When Cloudflare, a leading internet security and performance company, attempted to respond to a phishing threat in its R2 object storage platform, the company inadvertently caused a significant disruption that would last for 59 minutes. This accident was precipitated by a well-intentioned but flawed attempt to address an abuse report. Instead of merely blocking access to the specific endpoint associated with the phishing activity, a Cloudflare employee mistakenly disabled the entire R2 Gateway service, leading to widespread outages across several Cloudflare services.
The Root Cause of the Outage
Mistake in Blocking a Phishing URL
On the day of the incident, Cloudflare received an abuse report indicating a phishing threat within its R2 object storage platform. In an attempt to address the issue promptly, a Cloudflare employee performed an action aimed at blocking the specific endpoint involved in the abusive activity. Unfortunately, instead of isolating and mitigating the endpoint, the employee unintentionally disabled the entire R2 Gateway service. This error resulted in a cascade of failures that affected numerous Cloudflare services.
The disruption did not only impact the R2 Object Storage, but it also led to a complete failure in Cloudflare’s Stream service, crucial for video uploads and streaming. Users experienced a 100% failure rate for both image uploads and downloads in the Images service. Additionally, Cache Reserve, another Cloudflare service, struggled with operations, resulting in increased origin requests and affecting several users. Further compounding the disruption, Cloudflare’s Vectorize experienced significant downtime in its query, insert, upsert, and delete operations. This chain of failures underscored the consequences of failing to adequately isolate high-risk actions.
Impact on Various Services
The outage had a profound impact on a range of Cloudflare services. For instance, the R2 Object Storage system suffered significant downtime, resulting in halted operations for businesses reliant on this service for critical storage needs. Similarly, Stream services experienced a 100% failure rate, obstructing users from both uploading and streaming video content. Notably, Cloudflare’s Images service faced a complete interruption, inhibiting crucial uploads and downloads of images, which many businesses rely upon for visual content delivery.

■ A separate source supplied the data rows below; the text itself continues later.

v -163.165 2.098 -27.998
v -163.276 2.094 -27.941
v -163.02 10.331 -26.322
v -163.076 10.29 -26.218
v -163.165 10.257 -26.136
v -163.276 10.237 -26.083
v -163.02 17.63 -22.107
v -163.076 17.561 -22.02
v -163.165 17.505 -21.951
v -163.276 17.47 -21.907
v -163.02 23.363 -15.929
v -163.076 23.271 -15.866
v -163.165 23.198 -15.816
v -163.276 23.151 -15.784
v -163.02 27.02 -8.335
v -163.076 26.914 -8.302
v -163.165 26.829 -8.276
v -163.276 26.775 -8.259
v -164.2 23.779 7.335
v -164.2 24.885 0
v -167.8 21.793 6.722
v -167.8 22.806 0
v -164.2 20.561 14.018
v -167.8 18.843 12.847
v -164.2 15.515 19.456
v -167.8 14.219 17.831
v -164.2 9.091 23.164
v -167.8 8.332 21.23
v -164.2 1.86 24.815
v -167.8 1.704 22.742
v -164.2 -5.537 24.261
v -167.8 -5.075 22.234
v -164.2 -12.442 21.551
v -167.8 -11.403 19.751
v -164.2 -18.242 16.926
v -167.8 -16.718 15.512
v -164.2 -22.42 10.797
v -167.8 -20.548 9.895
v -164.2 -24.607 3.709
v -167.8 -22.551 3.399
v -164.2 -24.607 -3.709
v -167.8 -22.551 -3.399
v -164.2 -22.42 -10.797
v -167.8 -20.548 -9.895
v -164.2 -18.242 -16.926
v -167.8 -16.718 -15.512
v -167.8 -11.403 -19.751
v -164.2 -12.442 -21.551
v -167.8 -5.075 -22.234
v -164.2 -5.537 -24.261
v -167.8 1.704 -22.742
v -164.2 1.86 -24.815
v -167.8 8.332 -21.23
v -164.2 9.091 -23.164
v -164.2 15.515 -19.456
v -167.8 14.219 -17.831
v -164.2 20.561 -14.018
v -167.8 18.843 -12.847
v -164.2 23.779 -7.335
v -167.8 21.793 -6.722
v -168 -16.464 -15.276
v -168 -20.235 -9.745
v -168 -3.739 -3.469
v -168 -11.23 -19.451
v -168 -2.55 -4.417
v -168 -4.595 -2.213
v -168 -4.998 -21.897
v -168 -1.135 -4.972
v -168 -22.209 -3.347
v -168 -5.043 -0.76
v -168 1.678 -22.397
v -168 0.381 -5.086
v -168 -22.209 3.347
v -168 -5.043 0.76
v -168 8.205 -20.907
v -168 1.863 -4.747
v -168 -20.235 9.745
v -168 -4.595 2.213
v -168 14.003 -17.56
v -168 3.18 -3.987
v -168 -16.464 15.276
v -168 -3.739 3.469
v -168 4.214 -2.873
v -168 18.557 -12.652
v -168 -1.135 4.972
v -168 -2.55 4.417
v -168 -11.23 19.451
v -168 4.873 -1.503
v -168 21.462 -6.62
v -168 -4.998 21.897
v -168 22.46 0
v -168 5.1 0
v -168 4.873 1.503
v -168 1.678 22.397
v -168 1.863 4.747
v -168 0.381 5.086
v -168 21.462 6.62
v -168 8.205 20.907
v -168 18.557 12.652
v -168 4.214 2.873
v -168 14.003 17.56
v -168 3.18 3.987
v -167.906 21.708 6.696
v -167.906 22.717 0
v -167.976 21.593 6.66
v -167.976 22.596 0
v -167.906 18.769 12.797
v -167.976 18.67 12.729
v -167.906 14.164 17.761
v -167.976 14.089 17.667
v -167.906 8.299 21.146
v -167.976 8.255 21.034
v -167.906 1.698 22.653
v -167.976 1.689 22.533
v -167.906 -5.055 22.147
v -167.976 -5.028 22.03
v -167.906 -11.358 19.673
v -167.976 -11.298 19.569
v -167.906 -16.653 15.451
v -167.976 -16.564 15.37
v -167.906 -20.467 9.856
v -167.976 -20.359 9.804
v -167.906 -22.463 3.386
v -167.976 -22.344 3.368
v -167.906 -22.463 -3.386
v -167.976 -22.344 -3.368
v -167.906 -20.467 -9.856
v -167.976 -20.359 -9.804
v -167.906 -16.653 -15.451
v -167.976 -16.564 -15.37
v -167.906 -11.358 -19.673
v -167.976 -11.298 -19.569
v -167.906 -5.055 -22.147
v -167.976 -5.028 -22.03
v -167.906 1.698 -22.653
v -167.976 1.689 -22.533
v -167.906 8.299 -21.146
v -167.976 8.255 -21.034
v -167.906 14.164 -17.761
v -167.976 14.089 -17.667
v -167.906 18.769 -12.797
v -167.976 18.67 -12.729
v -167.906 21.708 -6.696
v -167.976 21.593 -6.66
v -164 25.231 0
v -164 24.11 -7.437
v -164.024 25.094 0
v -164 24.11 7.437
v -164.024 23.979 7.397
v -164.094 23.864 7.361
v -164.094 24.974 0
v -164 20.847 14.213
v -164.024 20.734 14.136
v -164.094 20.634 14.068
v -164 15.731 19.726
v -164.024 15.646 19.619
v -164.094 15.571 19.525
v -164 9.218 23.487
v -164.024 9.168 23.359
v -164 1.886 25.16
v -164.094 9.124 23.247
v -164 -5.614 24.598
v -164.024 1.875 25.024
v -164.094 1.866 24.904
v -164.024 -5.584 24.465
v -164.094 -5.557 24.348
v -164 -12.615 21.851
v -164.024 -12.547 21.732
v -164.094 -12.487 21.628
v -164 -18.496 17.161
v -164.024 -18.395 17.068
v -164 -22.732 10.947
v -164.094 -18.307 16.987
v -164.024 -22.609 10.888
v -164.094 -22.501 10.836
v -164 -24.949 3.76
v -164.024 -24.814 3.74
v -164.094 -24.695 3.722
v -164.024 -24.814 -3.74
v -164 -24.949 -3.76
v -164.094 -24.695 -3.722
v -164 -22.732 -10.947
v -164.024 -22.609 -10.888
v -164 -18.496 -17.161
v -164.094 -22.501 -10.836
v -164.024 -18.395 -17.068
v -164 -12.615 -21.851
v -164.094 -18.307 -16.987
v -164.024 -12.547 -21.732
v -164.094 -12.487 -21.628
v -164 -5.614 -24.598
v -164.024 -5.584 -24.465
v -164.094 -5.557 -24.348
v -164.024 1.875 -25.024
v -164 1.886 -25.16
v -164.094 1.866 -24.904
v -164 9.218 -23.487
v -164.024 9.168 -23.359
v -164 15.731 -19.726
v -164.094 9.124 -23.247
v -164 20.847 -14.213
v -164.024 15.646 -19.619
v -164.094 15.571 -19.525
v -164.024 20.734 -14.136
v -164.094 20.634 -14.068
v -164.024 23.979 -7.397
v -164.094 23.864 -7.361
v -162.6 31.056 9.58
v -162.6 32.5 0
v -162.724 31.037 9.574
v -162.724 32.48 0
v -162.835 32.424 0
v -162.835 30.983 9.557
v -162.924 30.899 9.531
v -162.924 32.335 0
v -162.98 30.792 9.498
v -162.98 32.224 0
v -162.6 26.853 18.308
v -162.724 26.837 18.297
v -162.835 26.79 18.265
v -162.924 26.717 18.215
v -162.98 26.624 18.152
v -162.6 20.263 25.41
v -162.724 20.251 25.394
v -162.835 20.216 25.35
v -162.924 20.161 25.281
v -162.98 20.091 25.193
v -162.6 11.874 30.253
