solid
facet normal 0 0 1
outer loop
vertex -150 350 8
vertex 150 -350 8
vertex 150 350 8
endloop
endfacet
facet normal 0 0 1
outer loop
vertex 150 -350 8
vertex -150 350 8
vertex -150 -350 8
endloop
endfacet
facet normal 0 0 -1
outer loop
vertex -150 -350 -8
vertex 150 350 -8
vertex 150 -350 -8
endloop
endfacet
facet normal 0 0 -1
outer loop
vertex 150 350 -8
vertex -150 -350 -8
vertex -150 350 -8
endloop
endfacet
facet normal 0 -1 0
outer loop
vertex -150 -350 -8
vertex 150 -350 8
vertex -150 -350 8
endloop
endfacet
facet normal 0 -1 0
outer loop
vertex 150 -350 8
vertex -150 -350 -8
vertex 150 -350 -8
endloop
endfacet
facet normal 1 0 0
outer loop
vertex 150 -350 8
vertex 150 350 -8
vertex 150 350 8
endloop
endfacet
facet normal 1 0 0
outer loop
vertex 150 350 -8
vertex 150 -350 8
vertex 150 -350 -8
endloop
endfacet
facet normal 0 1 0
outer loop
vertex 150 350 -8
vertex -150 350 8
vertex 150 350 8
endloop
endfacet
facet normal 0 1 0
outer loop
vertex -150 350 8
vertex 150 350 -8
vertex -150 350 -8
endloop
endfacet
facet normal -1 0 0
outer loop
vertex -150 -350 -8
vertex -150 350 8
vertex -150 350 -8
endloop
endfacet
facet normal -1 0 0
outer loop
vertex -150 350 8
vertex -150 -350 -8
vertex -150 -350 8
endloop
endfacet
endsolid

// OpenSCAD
module Doska() {
    cube([300,700,16],center=true);
}

Doska();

Cache Reserve, another essential service, encountered operational disruptions leading to increased requests from origins, subsequently overloading the system. Vectorize, an integral service experiencing 75% failures in queries and complete failures in insert, upsert, and delete operations, further highlighted the widespread impact of the outage. Moreover, Cloudflare’s Log Delivery service faced data loss challenges, with up to 13.6% data loss for logs related to R2 and 4.5% data loss for non-R2 jobs. Even services like Durable Objects, Cache Purge, and Workers & Pages did not escape unscathed, experiencing varying levels of partial failures that impacted their functionality significantly.
Steps Taken in Response
Corrective Measures
In response to this significant outage, Cloudflare took immediate corrective measures to mitigate the risk of recurrence. One of the first actions involved removing the ability to disable critical services through the abuse review interface, thereby reducing the likelihood of accidental service disablement. Additionally, Cloudflare implemented tighter restrictions within the Admin API to prevent the unintentional disabling of services, particularly in internal accounts. By tightening these controls, Cloudflare aimed to enhance the security and reliability of its internal systems.
Furthermore, the company undertook more extensive improvements in its overall account provisioning processes. By doing so, Cloudflare aimed to introduce stricter access controls to ensure that only qualified personnel had the necessary permissions to execute high-impact actions. Another critical step in the new process was the introduction of a two-party approval mechanism for high-risk actions, ensuring that no significant changes could be made unilaterally. This move was designed to provide an additional layer of oversight and verification, reducing the risk associated with human error and enhancing the robustness of Cloudflare’s service delivery.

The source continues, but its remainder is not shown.